Las últimas decisiones del juez Llarena sitúan a Catalunya (y posiblemente a España) en un auténtico atolladero, un callejón sin salida de consecuencias muy difíciles de prever. La Generalitat está en manos del PP –sexto partido del Parlament, actualmente en el grupo mixto- mientras que el Parlament está bloqueado porque hoy existe una mayoría soberanista que no es operativa, porque sus integrantes no están de acuerdo en casi nada, excepto el objetivo final, cada vez más difuso. Los únicos partidarios de una tercera vía pactada –Podemos y su franquicia catalana, Catalunya en Comú- tienen sombrías perspectivas electorales.
La política española se está enroncando en una carrera desbocada del PP y Ciudadanos para ver quien tiene más músculo patriótico, lo que al parecer no pasa por mejorar la vida de los españoles, sino por exhibir más fobia anticatalana, más autoritarismo y menos respeto a los derechos civiles. Mientras tanto, el gobierno español sigue sin presupuestos, la arbitrariedad del poder judicial escandaliza a medio mundo (incluída la ONU, desde ayer), y se ensancha el abismo emocional entre una gran parte de la población catalana –no sólo independentista- y las instituciones de la democracia española.
El independentismo catalán demostró bisoñez y falta de cálculo en los acontecimientos de octubre. En diciembre recibió el inesperado premio de una nueva mayoría absoluta, que ha gestionada con enorme impericia, en parte por la ausencia de liderazgos fuertes y la presión de los jueces. Pero todo esto no faculta al Estado para imponer a Catalunya un estado de excepción y un ambiente de represión generalizada que quita argumentos a los partidarios de una solución negociada, que son bastantes, a pesar de que desde Madrid no ha llegado un sólo mensaje que permita pensar con optimismo.
Es difícil prever qué ocurrirá en la política española; pero en Catalunya sería deseable –y es más probable que hace unas semanas- una unidad estratégica entre las formaciones políticas contrarias a la aplicación del artículo 155 y a la represión del Estado. Ayer mismo, Junts per Catalunya, ERC, la CUP y los Comunes hicieron un llamamiento a la unidad.

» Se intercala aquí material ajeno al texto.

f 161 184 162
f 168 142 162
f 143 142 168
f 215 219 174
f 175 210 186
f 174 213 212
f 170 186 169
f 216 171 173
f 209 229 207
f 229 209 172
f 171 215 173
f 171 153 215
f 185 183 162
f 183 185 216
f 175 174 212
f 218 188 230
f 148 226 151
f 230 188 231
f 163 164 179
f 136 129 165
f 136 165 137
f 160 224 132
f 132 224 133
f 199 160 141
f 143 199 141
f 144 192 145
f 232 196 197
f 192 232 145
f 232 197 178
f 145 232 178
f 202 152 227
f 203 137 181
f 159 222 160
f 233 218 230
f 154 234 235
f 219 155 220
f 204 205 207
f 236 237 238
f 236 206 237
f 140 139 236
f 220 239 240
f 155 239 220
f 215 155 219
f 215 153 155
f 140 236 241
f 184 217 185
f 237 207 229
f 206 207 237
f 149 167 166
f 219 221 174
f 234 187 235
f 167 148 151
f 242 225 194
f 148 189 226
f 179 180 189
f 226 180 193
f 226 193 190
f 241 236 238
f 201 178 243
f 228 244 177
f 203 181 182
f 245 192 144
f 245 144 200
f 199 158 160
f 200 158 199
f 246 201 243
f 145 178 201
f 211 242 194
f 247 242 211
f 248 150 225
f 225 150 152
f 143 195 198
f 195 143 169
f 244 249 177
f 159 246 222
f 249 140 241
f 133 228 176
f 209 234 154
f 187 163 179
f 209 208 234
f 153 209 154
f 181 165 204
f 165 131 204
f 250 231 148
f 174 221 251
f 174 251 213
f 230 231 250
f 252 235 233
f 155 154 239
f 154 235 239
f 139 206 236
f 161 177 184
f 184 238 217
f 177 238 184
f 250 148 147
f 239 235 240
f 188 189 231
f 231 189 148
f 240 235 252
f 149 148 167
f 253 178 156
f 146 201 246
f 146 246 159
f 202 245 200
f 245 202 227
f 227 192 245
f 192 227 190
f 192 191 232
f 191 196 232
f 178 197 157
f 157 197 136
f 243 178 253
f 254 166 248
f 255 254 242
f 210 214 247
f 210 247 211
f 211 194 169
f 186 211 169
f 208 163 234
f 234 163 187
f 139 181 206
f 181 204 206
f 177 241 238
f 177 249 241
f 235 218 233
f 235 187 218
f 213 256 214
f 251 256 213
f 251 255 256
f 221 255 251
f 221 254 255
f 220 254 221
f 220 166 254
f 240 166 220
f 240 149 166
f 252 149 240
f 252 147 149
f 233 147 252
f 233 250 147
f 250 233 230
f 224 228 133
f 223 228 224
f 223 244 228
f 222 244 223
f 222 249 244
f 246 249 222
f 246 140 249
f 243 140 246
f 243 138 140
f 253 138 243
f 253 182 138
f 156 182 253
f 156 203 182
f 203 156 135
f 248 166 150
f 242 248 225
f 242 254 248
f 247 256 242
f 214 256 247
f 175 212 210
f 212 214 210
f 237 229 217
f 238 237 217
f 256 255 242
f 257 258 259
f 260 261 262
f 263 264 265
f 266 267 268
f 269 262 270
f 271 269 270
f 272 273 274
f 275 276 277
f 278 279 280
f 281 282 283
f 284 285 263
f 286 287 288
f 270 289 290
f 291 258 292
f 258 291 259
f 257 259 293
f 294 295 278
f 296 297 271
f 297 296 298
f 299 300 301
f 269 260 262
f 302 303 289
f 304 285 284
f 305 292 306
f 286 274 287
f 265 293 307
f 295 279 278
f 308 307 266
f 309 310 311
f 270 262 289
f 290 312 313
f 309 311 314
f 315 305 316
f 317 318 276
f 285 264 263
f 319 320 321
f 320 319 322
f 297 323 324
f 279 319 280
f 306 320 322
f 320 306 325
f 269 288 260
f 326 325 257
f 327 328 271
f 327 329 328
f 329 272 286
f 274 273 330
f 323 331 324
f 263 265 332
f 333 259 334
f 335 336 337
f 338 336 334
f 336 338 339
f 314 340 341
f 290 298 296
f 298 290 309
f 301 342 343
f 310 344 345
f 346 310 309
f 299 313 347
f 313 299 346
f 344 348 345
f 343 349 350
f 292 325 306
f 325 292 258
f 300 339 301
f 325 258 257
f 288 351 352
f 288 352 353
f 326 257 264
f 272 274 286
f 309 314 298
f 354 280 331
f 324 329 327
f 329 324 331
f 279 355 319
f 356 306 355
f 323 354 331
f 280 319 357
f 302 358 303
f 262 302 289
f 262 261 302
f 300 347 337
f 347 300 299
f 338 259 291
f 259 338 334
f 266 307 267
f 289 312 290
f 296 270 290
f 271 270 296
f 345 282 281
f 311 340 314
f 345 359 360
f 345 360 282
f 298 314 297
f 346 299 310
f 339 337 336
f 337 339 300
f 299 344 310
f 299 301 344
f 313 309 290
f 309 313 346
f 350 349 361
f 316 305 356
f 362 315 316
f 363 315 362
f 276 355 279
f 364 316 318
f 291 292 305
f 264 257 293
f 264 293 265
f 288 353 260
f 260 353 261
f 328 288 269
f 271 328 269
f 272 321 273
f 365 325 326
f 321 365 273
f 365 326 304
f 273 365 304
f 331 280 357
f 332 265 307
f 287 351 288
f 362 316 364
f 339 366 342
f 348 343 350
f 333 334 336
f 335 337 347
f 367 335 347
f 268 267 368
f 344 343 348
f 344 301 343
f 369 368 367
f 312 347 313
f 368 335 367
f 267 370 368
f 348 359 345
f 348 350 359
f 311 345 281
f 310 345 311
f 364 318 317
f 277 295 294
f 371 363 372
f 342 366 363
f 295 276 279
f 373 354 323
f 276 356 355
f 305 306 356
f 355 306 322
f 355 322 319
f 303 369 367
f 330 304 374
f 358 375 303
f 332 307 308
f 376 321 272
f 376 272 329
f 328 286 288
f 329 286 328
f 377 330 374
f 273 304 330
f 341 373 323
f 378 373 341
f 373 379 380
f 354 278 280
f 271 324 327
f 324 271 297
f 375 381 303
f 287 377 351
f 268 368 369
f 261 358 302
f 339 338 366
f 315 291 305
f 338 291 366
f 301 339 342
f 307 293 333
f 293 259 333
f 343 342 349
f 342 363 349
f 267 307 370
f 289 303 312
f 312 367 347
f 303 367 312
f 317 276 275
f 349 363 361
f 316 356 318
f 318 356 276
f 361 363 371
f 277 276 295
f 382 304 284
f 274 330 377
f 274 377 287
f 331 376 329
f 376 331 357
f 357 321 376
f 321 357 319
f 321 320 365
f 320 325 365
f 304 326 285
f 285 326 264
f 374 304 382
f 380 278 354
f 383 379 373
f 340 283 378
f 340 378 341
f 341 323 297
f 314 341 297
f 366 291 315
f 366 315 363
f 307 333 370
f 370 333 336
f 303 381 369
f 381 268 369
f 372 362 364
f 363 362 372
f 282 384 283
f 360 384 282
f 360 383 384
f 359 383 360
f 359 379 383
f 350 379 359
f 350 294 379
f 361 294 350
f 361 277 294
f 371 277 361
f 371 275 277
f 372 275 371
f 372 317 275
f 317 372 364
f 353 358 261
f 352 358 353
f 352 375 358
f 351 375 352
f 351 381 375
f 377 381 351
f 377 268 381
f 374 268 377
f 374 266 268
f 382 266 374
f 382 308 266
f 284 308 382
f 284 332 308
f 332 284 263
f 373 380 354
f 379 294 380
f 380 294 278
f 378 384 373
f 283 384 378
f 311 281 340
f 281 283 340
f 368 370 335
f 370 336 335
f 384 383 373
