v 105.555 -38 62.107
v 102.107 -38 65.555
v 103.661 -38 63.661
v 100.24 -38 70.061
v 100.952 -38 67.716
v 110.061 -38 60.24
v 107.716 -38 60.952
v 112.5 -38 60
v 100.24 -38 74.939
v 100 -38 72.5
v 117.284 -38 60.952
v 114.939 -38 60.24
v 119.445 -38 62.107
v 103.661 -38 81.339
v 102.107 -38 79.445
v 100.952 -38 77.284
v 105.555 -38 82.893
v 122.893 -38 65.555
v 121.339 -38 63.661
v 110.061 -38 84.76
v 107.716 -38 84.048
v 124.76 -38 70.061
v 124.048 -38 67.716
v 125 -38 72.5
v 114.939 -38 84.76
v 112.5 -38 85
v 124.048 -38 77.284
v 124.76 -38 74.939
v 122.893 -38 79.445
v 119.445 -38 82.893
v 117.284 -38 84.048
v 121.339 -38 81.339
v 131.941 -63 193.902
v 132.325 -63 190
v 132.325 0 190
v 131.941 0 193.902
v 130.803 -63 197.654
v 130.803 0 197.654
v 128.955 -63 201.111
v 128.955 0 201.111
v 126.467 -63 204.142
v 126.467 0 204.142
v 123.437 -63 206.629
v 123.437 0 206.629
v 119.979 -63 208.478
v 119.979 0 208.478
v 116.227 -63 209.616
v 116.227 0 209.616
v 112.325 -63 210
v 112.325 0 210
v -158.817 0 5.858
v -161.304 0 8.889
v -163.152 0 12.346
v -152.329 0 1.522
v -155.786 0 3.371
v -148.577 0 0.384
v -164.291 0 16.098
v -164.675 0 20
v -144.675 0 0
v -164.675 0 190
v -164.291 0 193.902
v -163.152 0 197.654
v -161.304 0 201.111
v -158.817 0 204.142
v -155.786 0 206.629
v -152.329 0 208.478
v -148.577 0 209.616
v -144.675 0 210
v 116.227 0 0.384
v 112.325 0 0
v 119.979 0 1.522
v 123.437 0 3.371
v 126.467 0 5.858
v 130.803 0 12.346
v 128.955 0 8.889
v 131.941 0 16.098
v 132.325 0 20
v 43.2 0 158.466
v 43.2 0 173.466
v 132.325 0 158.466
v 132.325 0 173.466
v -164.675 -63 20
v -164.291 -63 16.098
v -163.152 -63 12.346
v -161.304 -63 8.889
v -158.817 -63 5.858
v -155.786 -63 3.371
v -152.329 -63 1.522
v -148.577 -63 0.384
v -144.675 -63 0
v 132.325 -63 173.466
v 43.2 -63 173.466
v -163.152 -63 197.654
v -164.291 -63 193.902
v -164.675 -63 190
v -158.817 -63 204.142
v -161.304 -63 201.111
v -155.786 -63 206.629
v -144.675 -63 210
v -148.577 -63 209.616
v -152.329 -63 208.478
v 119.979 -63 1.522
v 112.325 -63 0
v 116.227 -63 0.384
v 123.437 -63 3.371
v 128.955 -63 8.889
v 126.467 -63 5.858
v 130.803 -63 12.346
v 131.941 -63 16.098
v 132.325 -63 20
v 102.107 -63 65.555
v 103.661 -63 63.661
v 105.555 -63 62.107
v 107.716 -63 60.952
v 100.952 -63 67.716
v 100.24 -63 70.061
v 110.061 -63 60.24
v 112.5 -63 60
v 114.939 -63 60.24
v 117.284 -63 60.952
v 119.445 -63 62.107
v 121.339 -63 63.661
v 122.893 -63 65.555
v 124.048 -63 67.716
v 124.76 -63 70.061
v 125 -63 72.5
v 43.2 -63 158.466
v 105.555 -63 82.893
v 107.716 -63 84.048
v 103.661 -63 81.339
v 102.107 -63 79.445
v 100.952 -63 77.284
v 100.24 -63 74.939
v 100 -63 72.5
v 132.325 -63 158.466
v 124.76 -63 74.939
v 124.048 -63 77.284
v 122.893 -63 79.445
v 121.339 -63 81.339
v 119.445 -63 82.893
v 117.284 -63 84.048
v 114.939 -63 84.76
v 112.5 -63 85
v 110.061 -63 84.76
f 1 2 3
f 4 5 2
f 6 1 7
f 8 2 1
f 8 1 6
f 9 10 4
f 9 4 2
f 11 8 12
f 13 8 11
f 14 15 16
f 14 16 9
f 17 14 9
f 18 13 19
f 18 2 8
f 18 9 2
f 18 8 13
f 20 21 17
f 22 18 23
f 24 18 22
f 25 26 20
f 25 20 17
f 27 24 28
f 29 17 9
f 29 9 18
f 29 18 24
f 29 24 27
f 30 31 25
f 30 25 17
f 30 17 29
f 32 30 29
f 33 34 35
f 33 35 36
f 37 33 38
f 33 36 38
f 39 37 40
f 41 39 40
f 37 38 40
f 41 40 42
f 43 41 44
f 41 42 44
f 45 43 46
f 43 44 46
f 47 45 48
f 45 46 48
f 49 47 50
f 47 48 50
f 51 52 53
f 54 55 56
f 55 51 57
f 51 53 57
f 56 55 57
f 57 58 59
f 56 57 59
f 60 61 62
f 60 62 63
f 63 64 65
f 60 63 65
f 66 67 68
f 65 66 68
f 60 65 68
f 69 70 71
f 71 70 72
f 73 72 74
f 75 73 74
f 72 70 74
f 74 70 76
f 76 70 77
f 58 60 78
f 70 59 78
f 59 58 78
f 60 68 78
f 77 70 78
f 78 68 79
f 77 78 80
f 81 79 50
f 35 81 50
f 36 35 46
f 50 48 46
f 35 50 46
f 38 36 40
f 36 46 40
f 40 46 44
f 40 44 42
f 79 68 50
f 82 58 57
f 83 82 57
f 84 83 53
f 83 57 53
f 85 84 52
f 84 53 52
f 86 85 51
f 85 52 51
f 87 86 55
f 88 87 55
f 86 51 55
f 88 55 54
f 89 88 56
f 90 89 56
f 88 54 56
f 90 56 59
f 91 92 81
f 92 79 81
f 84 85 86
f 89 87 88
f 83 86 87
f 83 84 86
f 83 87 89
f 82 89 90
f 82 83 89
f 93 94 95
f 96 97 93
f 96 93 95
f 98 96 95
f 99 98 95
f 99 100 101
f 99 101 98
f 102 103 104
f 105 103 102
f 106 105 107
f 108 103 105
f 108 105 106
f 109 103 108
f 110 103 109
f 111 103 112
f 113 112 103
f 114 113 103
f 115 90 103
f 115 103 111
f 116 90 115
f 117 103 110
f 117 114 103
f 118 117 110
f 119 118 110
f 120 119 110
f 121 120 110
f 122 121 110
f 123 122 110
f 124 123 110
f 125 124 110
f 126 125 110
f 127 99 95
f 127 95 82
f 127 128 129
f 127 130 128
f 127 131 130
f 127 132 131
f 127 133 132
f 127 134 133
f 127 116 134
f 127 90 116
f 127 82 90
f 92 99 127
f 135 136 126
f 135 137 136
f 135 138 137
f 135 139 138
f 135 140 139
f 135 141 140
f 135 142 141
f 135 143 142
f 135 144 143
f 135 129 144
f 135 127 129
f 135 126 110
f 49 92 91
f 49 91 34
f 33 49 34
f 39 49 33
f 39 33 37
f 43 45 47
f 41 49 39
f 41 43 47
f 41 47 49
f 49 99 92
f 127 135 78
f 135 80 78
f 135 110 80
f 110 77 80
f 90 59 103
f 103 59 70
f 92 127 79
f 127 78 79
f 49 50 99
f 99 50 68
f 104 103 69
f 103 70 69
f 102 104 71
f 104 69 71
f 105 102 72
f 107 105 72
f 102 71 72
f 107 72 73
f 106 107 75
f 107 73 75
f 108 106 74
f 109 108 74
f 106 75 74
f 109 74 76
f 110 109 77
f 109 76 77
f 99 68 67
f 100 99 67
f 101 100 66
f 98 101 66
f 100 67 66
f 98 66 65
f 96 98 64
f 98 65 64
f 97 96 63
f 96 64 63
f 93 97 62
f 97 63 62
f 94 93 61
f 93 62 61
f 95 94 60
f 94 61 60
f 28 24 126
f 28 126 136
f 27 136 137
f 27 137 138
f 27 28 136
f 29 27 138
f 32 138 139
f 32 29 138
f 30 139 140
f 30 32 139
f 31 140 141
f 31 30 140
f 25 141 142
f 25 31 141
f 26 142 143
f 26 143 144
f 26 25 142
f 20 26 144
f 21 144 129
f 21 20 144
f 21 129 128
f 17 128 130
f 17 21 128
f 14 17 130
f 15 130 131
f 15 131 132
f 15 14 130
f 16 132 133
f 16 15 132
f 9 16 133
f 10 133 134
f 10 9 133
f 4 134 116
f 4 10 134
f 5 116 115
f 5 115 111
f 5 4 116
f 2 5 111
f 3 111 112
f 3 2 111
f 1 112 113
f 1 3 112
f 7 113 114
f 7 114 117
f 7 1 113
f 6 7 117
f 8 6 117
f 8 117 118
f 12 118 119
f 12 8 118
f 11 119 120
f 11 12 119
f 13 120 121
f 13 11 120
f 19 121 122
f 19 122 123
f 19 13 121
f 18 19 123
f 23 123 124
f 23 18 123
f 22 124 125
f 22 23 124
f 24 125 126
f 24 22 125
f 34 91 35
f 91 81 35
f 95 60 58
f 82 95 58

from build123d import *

# Parameters (mm, degrees)
F1_DEPTH = 13
F2_DEPTH = 25
F3_W     = 110
F3_H     = 15
F4_DEPTH = 25
F5_DEPTH = 25
F6_R     = 12.5
F7_DEPTH = 25


with BuildPart() as f1:
    # F0 (on Front) → F1 (new body)
    with BuildSketch(Plane.XZ):
        with BuildLine():
            Line((112.3251678944, 210), (-144.6748321056, 210))
            ThreePointArc((-144.6748321056, 210), (-158.8169677293, 204.1421356237), (-164.6748321056, 190))
            Line((-164.6748321056, 190), (-164.6748321056, 20))
            ThreePointArc((-164.6748321056, 20), (-158.8169677293, 5.8578643763), (-144.6748321056, 0))
            Line((-144.6748321056, 0), (112.3251678944, 0))
            ThreePointArc((112.3251678944, 0), (126.4673035181, 5.8578643763), (132.3251678944, 20))
            Line((132.3251678944, 20), (132.3251678944, 190))
            ThreePointArc((132.3251678944, 190), (126.4673035181, 204.1421356237), (112.3251678944, 210))
        make_face()
    extrude(amount=F1_DEPTH)

    # F0 (on Front) + F1_face (on face) → F2 (join)
    with BuildSketch(Plane.XZ):
        with BuildLine():
            Line((112.3251678944, 210), (-144.6748321056, 210))
            ThreePointArc((-144.6748321056, 210), (-158.8169677293, 204.1421356237), (-164.6748321056, 190))
            Line((-164.6748321056, 190), (-164.6748321056, 20))
            ThreePointArc((-164.6748321056, 20), (-158.8169677293, 5.8578643763), (-144.6748321056, 0))
            Line((-144.6748321056, 0), (112.3251678944, 0))
            ThreePointArc((112.3251678944, 0), (126.4673035181, 5.8578643763), (132.3251678944, 20))
            Line((132.3251678944, 20), (132.3251678944, 190))
            ThreePointArc((132.3251678944, 190), (126.4673035181, 204.1421356237), (112.3251678944, 210))
        make_face()
    with BuildSketch(Plane(origin=(-16.1748321056, -13, 105), x_dir=(1, 0, 0), z_dir=(0, -1, 0))):
        with BuildLine():
            Line((148.5, -85), (148.5, 85))
            ThreePointArc((148.5, 85), (142.6421356237, 99.1421356237), (128.5, 105))
            Line((128.5, 105), (-128.5, 105))
            ThreePointArc((-128.5, 105), (-142.6421356237, 99.1421356237), (-148.5, 85))
            Line((-148.5, 85), (-148.5, -85))
            ThreePointArc((-148.5, -85), (-142.6421356237, -99.1421356237), (-128.5, -105))
            Line((-128.5, -105), (128.5, -105))
            ThreePointArc((128.5, -105), (142.6421356237, -99.1421356237), (148.5, -85))
        make_face()
    extrude(amount=F2_DEPTH)

    # F3 (on face) → F4 (cut)
    with BuildSketch(Plane.XZ.offset(38)):
        with Locations((98.1996059418, 165.9660535473)):
            Rectangle(F3_W, F3_H)
    extrude(amount=-F4_DEPTH, mode=Mode.SUBTRACT)

    # F5 (cut): a face of the model
    f5_faces = [f1.faces().sort_by_distance(p)[0] for p in [
        (87.7623869181, -13, 165.9660535473),
    ]]
    extrude(f5_faces, amount=-F5_DEPTH, mode=Mode.SUBTRACT)

    # F6 (on face) → F7 (join)
    with BuildSketch(Plane.XZ.offset(38)):
        with BuildLine():
            ThreePointArc((-164.6748321056, 20), (-158.8169677293, 5.8578643763), (-144.6748321056, 0))
            Line((-144.6748321056, 0), (112.3251678944, 0))
            ThreePointArc((112.3251678944, 0), (126.4673035181, 5.8578643763), (132.3251678944, 20))
            Line((132.3251678944, 20), (132.3251678944, 158.4660535473))
            Line((132.3251678944, 158.4660535473), (43.1996059418, 158.4660535473))
            Line((43.1996059418, 158.4660535473), (43.1996059418, 173.4660535473))
            Line((43.1996059418, 173.4660535473), (132.3251678944, 173.4660535473))
            Line((132.3251678944, 173.4660535473), (132.3251678944, 190))
            ThreePointArc((132.3251678944, 190), (126.4673035181, 204.1421356237), (112.3251678944, 210))
            Line((112.3251678944, 210), (-144.6748321056, 210))
            ThreePointArc((-144.6748321056, 210), (-158.8169677293, 204.1421356237), (-164.6748321056, 190))
            Line((-164.6748321056, 190), (-164.6748321056, 20))
        make_face()
        with Locations((2.5, 72.5)):
            Circle(F6_R, mode=Mode.SUBTRACT)
        with Locations((57.5, 72.5)):
            Circle(F6_R, mode=Mode.SUBTRACT)
        with Locations((112.5, 72.5)):
            Circle(F6_R, mode=Mode.SUBTRACT)
        with Locations((2.5, 72.5)):
            Circle(F6_R)
        with Locations((57.5, 72.5)):
            Circle(F6_R)
    extrude(amount=F7_DEPTH)


solid = f1.part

Esta improvisada coalición no puede ser sólo defensiva; debe de intentar sentarse y llegar a acuerdos concretos que aseguren mayorías fuertes y permanentes en las principales instituciones catalanas. Es la única posibilidad de recuperar la iniciativa democrática. Esto obligará a descartar maximalismos, graduar los plazos y moderar los tonos, pero las circunstancias exigen a todos los actores una suprema demostración de generosidad. Por desgracia, no es posible contar con el PSC en este bloque, pues el temor a los zarpazos electorales de Ciudadanos atenaza a Miquel Iceta y a su equipo.
Y un último dato: habrá que prestar mucha atención a la reacción de la calle, en un momento de fuerte emotividad. Los partidos catalanes (todos ellos) pasan por un momento de descrédito, y su representatividad está más que cuestionada. El mapa político catalán está saltando por los aires, y no sólo por los excesos del juez Llarena.